:: Material provided

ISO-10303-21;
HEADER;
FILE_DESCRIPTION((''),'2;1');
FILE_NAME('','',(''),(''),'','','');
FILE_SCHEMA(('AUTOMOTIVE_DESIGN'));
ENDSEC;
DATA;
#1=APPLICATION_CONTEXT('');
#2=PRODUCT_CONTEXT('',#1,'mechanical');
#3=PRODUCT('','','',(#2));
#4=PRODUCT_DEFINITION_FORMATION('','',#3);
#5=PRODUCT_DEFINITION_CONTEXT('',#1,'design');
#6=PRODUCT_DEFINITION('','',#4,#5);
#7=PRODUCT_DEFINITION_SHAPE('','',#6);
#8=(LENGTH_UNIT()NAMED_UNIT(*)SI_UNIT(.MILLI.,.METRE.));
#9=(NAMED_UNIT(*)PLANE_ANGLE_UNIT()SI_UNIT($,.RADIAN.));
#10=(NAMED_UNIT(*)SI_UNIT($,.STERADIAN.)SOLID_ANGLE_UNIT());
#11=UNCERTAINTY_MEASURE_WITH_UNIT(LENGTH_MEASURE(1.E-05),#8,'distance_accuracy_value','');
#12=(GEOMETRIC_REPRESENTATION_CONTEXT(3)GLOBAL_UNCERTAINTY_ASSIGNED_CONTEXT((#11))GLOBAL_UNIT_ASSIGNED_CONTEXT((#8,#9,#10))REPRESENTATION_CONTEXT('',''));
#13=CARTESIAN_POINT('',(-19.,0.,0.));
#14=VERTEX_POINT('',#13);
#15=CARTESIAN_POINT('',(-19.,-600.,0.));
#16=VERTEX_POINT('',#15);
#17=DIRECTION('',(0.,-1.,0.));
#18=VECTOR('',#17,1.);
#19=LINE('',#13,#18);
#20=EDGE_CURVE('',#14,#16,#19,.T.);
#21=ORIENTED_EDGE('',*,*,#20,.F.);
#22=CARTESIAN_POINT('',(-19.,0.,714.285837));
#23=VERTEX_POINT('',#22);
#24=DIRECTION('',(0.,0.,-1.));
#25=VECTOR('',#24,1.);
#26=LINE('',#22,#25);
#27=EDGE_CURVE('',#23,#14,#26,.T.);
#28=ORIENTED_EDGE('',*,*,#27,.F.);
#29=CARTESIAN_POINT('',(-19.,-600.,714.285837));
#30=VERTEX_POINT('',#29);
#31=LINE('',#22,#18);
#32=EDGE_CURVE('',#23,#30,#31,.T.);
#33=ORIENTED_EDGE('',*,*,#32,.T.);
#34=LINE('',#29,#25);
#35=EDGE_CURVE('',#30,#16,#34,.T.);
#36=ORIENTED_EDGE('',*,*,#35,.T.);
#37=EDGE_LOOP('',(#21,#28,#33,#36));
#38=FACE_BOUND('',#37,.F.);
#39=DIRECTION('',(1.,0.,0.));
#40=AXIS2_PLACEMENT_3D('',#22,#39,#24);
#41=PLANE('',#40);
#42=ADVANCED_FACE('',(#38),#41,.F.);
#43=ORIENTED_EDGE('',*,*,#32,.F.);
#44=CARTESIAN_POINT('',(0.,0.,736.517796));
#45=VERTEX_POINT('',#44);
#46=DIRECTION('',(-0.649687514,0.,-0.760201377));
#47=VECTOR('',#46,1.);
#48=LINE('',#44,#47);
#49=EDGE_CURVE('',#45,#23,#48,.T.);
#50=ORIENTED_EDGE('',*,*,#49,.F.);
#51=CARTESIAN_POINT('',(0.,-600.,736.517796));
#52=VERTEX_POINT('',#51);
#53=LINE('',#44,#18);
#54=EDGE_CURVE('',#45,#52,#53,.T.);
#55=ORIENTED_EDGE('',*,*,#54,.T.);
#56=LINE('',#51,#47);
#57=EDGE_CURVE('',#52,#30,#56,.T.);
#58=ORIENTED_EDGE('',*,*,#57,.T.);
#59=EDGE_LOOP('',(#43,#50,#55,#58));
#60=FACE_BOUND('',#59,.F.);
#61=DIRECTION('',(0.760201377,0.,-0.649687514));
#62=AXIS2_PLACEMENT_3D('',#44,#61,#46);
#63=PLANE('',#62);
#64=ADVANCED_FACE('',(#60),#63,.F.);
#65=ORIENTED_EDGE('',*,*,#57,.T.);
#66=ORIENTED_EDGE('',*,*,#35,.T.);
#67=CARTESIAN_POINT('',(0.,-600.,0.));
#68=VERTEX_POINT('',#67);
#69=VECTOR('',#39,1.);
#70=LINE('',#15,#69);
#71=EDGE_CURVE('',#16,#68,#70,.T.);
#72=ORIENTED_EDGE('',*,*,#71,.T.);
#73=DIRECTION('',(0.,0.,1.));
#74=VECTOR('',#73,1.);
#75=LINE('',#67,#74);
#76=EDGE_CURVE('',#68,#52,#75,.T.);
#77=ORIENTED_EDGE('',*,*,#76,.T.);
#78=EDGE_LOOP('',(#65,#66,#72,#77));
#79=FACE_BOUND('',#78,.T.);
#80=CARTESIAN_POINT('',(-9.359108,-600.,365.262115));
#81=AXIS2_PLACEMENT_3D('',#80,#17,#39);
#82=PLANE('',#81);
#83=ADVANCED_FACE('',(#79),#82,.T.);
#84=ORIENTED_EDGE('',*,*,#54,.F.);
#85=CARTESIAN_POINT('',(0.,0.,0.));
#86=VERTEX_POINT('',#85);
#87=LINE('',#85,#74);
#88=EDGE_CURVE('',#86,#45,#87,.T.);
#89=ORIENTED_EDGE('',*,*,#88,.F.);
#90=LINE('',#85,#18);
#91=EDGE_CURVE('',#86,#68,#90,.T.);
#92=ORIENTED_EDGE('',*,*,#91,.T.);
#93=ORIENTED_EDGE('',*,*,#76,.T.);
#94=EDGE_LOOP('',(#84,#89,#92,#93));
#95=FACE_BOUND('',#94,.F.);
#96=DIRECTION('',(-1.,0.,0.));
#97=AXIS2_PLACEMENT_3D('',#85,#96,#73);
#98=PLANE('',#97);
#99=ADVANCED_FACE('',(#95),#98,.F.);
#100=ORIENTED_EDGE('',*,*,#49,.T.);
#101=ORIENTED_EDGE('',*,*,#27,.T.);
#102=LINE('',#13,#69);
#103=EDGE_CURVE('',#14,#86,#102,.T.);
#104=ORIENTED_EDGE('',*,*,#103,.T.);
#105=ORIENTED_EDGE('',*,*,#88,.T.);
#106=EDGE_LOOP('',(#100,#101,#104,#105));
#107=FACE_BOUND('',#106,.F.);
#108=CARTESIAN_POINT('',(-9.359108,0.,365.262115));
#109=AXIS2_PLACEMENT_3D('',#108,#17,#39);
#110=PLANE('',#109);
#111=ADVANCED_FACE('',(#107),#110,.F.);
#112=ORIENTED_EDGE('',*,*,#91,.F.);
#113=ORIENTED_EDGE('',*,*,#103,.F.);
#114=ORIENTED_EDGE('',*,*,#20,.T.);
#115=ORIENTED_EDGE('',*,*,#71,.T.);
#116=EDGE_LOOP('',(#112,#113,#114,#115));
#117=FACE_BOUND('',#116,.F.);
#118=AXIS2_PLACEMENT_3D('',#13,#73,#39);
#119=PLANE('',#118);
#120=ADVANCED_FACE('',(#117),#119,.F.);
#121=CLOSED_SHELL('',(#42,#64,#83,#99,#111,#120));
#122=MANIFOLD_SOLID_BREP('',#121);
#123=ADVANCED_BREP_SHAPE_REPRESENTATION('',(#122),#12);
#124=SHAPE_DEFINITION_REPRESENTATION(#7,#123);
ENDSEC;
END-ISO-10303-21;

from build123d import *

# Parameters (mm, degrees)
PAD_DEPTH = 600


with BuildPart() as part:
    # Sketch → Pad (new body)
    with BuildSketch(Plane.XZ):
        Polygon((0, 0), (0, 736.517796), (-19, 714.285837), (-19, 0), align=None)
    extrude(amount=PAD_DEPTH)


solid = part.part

::::

## Instructions for the task
Reproduce every line from the entries that holds the word "DIRECTION".

## Exercise answer
#17=DIRECTION('',(0.,-1.,0.));
#24=DIRECTION('',(0.,0.,-1.));
#39=DIRECTION('',(1.,0.,0.));
#46=DIRECTION('',(-0.649687514,0.,-0.760201377));
#61=DIRECTION('',(0.760201377,0.,-0.649687514));
#73=DIRECTION('',(0.,0.,1.));
#96=DIRECTION('',(-1.,0.,0.));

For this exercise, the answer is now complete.